As the situation in the Oosterbeek perimeter became increasingly difficult, General Urquhart decided on a withdrawal across the Lower Rhine. This was made possible as elements from XXX Corps had now reached Driel on the far bank from Oosterbeek, and units from the Royal Engineers and Royal Canadian Engineers were on standby. These consisted of 260th Field Company RE and 23rd Field Company CE at the point opposite 1st Airborne Division's perimeter, and 553rd Field Company RE and 20th Field Company CE, a mile downstream at the point where the 4th Dorsets had crossed the day before.

This became Operation Berlin, which took place in the darkness of the night of 25th/26th September 1944. The Engineers made repeated crossings, and while estimates vary, it is accepted that more than 2,000 men were evacuated from the Perimeter. The last crossing was finished by 0545 hours on the morning of the 26th. A number of boats had been knocked out by the Germans on the high ground at Westerbouwing, and fatal casualties amount to 7 men among the Canadians.

A good account of the operation comes from Major General H.Essame's The 43rd Wessex Division at War 1944-1945 (William Clowes and Sons Ltd 1952):

A night of intense blackness descended with heavy rain. It was so dark that men had to walk in front of the vehicles and even they could scarcely be seen by the drivers... On the far bank the burning factory cast a light over the dark swirling waters of the river. Sustained and accurate machine-gun fire from the direction of the railway bridge up river clipped the near bank.

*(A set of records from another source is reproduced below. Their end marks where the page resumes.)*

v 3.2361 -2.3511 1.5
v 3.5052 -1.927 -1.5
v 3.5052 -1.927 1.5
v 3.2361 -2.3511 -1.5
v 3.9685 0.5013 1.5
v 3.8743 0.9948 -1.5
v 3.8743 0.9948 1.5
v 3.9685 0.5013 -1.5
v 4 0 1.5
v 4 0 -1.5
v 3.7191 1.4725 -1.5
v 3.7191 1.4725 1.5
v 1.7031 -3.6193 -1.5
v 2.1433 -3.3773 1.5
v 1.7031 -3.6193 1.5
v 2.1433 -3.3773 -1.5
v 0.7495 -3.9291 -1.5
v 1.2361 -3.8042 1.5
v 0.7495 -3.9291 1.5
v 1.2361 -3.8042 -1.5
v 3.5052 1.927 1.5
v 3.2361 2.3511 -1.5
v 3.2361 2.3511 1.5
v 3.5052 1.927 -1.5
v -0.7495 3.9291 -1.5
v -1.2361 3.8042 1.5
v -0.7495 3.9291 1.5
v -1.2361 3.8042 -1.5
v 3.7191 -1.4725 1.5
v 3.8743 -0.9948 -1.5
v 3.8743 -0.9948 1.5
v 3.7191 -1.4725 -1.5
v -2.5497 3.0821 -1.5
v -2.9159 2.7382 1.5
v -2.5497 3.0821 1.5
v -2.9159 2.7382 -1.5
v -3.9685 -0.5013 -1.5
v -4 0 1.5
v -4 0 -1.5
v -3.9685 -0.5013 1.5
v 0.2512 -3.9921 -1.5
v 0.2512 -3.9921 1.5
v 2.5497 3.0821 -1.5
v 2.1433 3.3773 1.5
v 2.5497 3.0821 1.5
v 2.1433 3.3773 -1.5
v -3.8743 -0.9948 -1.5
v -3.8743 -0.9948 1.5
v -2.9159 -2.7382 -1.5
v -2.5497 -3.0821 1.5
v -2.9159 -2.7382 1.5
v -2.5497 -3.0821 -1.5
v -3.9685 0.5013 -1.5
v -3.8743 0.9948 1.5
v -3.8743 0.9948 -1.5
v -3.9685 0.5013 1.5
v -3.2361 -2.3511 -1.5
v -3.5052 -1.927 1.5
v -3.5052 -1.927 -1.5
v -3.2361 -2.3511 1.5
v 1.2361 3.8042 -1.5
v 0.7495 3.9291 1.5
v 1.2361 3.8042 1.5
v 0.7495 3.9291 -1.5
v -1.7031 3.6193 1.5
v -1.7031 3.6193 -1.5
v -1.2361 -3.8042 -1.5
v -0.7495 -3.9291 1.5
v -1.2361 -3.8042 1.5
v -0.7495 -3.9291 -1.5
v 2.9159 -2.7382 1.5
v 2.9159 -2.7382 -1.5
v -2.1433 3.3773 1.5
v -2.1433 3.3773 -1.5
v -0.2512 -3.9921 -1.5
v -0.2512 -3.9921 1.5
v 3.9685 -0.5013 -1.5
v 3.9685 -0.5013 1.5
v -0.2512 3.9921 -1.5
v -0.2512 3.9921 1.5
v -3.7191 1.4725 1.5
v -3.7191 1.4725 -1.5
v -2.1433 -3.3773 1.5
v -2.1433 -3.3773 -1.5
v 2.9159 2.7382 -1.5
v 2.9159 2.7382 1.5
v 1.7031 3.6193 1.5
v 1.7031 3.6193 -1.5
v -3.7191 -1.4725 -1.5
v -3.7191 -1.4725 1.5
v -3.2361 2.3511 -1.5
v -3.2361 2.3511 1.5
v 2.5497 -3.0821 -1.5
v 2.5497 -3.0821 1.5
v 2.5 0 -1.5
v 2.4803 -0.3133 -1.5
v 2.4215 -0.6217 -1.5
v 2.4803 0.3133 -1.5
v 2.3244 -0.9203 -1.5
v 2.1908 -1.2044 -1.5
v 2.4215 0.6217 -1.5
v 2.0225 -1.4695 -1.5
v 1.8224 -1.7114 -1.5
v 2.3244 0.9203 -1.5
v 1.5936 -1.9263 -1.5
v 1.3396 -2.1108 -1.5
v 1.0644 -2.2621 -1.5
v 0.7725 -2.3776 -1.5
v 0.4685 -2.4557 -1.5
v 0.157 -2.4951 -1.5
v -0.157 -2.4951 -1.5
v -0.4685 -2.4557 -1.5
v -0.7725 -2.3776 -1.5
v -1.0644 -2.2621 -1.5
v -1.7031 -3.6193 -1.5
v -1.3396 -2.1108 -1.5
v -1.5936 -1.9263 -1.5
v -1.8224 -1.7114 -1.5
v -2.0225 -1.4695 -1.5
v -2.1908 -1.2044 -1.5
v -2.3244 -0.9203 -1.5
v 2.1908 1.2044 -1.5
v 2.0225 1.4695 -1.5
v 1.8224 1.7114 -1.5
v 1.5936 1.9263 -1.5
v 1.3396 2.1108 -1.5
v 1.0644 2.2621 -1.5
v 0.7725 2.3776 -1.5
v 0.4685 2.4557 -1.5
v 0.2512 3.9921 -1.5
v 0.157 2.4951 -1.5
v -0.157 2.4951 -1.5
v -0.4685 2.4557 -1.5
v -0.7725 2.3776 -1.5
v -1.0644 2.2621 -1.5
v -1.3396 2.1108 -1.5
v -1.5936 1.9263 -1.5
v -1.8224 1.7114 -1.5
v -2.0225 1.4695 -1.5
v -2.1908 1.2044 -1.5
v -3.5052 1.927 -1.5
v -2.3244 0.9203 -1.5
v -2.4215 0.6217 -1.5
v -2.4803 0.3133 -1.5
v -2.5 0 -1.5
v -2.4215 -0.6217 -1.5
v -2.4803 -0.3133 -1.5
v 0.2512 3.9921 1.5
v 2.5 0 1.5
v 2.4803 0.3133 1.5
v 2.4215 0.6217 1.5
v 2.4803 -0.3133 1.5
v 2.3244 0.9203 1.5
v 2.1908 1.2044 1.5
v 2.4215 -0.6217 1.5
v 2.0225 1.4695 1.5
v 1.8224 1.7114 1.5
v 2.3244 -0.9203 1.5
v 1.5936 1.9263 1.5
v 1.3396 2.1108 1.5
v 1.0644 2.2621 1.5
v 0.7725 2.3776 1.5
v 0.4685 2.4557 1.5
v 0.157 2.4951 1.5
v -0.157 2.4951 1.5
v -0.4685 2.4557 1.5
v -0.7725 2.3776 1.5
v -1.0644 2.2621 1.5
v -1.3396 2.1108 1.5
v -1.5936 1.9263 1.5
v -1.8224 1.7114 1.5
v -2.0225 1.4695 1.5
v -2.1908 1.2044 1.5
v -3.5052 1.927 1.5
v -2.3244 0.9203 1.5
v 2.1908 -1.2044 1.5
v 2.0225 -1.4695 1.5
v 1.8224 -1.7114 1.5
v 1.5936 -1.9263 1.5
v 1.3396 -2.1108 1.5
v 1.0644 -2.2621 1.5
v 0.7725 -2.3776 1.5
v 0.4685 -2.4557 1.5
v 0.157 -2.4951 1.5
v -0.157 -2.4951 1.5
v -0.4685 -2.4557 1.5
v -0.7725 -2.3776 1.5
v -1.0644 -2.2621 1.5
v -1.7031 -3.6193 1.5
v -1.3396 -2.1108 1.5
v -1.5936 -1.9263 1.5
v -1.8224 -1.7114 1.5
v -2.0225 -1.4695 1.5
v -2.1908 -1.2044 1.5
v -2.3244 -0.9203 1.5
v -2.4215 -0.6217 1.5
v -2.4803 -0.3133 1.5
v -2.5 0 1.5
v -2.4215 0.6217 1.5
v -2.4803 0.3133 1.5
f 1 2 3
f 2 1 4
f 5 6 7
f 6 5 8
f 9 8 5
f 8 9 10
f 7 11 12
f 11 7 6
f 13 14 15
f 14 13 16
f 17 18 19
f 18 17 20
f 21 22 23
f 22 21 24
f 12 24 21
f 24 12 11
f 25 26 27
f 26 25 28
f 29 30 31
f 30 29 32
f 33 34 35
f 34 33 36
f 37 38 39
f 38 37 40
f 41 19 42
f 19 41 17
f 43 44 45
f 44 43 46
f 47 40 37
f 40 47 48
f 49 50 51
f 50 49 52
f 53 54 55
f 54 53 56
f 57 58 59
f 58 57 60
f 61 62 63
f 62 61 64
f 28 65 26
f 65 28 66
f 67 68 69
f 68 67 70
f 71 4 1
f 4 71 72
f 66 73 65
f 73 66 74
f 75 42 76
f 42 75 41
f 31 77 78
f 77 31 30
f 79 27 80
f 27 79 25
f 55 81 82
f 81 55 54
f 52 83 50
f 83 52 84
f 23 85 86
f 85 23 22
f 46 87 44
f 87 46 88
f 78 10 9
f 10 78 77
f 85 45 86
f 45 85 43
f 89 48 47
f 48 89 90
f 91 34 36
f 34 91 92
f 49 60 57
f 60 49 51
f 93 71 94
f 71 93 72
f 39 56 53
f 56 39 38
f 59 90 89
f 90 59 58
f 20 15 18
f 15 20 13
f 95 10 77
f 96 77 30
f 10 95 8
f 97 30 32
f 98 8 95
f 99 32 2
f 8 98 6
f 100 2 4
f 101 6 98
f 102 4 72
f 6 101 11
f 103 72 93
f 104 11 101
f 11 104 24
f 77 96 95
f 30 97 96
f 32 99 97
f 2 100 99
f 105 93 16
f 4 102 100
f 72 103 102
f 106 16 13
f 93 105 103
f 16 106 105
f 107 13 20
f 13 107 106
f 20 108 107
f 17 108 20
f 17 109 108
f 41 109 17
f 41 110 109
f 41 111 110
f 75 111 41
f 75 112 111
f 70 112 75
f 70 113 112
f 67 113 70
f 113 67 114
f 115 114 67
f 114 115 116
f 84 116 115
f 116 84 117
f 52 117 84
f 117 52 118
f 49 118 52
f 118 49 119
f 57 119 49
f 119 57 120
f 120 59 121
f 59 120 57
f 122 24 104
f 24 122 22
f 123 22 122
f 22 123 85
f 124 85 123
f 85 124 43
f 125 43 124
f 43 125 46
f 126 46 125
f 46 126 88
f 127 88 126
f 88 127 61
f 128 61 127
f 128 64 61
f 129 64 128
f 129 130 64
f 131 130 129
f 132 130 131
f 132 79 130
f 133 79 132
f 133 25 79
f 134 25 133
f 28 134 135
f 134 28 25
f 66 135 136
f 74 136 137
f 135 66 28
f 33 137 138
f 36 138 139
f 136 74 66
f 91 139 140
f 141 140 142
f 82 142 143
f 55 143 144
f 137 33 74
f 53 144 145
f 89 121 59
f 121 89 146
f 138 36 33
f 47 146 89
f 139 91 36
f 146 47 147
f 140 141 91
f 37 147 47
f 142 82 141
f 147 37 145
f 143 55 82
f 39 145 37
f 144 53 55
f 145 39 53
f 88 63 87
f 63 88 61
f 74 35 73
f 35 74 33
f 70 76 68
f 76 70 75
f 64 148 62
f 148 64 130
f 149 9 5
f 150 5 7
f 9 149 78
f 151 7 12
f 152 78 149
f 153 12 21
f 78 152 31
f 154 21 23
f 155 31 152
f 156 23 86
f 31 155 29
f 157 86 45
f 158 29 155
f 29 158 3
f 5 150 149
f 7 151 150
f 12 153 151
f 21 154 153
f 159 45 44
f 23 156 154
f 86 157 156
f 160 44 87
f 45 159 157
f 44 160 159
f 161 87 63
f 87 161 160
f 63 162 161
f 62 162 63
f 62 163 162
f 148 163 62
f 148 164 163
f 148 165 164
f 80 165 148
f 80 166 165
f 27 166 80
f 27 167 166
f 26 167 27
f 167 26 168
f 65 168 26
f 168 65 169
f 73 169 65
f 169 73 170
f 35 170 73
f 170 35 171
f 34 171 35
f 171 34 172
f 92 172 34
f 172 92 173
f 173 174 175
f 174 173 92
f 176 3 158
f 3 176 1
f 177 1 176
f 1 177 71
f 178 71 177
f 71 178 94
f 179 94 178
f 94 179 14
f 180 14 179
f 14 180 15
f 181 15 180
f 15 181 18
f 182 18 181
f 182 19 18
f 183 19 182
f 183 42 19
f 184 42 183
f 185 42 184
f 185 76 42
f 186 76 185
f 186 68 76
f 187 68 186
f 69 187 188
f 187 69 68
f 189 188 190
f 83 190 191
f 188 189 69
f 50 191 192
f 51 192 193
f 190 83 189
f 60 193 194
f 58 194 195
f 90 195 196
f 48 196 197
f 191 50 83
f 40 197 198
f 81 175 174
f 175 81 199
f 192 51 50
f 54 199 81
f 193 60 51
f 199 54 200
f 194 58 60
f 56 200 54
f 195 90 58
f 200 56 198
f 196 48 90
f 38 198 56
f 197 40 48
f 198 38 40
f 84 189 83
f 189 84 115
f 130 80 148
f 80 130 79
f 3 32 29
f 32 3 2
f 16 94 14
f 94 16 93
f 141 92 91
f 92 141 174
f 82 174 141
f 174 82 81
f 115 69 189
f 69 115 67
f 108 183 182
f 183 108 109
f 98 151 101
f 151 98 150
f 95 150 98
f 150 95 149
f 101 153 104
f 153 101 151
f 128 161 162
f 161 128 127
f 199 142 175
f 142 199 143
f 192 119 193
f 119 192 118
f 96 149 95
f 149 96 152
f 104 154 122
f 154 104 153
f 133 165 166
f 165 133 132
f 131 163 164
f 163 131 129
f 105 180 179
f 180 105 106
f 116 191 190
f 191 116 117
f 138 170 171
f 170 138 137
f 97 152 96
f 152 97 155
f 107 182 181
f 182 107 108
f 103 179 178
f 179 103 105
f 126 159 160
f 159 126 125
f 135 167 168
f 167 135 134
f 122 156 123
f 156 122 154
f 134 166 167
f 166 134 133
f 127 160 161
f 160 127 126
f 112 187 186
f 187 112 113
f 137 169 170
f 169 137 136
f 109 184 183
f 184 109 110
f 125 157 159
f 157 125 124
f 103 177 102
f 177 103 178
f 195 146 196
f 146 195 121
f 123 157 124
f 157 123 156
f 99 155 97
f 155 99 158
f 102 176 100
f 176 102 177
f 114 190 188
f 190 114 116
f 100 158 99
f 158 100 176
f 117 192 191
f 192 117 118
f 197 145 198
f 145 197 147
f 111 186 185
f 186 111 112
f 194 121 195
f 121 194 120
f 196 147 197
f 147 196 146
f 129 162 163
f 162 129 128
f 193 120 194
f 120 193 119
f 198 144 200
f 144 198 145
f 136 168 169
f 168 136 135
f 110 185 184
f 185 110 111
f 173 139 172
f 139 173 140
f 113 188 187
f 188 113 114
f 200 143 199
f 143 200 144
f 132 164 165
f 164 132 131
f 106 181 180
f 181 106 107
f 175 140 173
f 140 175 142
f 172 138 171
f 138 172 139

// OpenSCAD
$fn = 50;


difference() {
	union() {
		translate(v = [0, 0, -1.5000000000]) {
			cylinder(h = 3, r = 4.0000000000);
		}
	}
	union() {
		translate(v = [0, 0, -100.0000000000]) {
			cylinder(h = 200, r = 2.5000000000);
		}
	}
}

At nine o'clock the whole Divisional artillery opened up with overwhelming effect... the noise was deafening and awesome as the first parties of Sappers carried the assault boats over the dyke walls and down to the water's edge. The crews dipped their oars and disappeared into the darkness. More boats followed. Punctually at 9.40pm the first reached the far side and waited for the Airborne troops who were due at ten.

Luckily the dark night, the heavy rain and the strong wind concealed the unobtrusive move of the Airborne Division down to the river bank and the waiting boats. They embarked. Soon the first flotilla had brought across about a hundred men and some wounded, and returned to the north bank. Throughout the night the Sappers crossed and re-crossed the river.... the Canadian storm boats plied manfully to and fro across the river. Still the work went on. The strong current carried some of the boats down-stream. Crews became strained and tired and had to be increased, first to six men and then to eight... by dawn over 2,000 men of the Airborne Division had been swiftly passed to the rear.

The memorial was erected overlooking the site of the crossing in September 1989, and bears the badge of both the Royal Engineers and Royal Canadian Engineers.